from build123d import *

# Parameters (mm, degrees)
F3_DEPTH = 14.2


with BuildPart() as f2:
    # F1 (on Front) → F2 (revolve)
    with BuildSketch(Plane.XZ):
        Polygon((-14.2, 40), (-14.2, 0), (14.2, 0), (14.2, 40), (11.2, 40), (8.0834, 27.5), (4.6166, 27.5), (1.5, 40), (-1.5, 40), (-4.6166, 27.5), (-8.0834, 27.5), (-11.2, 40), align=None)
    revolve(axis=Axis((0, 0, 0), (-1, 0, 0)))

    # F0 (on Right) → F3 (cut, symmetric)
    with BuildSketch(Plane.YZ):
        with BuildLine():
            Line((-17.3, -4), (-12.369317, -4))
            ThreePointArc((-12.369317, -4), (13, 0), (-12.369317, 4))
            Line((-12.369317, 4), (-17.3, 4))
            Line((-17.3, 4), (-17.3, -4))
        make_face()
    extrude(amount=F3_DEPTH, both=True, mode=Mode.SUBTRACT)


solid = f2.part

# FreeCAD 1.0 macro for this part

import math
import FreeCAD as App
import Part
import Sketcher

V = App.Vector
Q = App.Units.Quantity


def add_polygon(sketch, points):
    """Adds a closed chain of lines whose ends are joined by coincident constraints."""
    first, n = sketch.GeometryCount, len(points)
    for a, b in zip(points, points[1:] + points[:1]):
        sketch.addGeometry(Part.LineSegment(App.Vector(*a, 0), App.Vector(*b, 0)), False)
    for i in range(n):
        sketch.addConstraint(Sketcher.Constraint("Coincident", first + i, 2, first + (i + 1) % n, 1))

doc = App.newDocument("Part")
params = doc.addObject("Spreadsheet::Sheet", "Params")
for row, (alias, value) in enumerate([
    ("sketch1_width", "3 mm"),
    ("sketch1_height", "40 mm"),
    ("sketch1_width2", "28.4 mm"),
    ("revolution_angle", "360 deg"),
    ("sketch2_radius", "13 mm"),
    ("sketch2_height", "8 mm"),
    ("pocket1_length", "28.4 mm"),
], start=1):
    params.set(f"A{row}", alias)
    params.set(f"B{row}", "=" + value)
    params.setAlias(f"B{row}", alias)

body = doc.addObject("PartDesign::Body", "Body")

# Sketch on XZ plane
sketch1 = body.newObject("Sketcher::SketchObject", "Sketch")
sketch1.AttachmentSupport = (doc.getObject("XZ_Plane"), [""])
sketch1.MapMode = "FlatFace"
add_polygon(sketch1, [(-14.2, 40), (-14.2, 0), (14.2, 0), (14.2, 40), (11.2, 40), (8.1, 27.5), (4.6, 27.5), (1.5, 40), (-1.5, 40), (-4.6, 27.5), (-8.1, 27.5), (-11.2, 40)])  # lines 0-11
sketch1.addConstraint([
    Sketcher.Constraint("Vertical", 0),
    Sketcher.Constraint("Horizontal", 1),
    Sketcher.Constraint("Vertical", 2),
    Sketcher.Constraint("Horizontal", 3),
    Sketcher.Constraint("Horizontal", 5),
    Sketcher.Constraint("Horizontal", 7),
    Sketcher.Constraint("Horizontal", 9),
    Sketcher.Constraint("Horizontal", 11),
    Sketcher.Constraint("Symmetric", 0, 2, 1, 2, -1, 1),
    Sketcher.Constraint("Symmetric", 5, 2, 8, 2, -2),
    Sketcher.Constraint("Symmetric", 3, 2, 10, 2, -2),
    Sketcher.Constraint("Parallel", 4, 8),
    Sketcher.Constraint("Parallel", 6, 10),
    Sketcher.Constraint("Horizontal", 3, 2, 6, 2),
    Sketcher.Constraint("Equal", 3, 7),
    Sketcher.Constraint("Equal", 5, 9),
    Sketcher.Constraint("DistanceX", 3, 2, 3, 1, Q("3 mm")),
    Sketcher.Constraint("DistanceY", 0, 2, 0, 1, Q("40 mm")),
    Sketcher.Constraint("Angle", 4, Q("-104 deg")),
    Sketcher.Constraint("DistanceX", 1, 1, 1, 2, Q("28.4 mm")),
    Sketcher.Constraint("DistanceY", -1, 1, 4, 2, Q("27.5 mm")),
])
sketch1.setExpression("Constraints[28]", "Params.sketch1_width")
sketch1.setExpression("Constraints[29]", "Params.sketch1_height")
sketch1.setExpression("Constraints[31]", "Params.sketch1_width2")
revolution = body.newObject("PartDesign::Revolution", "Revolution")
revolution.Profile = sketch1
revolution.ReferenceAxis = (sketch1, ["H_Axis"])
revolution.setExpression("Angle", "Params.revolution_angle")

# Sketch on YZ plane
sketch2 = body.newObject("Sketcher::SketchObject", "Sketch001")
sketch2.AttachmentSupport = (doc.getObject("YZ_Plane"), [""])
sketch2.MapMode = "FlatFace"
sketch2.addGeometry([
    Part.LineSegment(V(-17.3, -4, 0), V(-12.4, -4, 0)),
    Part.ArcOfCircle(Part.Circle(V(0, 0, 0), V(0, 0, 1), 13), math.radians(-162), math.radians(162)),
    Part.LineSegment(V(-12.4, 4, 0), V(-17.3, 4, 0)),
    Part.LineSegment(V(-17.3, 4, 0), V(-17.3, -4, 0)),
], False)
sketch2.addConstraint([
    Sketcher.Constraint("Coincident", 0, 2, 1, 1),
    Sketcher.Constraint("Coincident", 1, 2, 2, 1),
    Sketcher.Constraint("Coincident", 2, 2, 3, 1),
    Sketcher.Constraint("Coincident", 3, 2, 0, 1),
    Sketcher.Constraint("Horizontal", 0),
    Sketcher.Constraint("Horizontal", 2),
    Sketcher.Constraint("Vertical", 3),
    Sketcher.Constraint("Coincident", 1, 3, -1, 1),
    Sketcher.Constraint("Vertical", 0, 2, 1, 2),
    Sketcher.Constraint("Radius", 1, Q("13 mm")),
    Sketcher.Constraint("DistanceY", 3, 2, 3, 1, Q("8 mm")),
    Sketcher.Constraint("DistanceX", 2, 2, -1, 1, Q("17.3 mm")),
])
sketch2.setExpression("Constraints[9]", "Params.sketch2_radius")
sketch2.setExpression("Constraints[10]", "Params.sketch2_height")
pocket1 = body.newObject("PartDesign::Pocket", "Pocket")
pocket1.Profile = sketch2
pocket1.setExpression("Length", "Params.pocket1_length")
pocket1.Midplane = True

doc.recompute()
------------------------
:: YOUR ASSIGNMENT ::
Determine which lines above include the word "with", and report those lines in full.

:: RESPONSE TO THIS EXERCISE ::
with BuildPart() as f2:
    with BuildSketch(Plane.XZ):
    with BuildSketch(Plane.YZ):
        with BuildLine():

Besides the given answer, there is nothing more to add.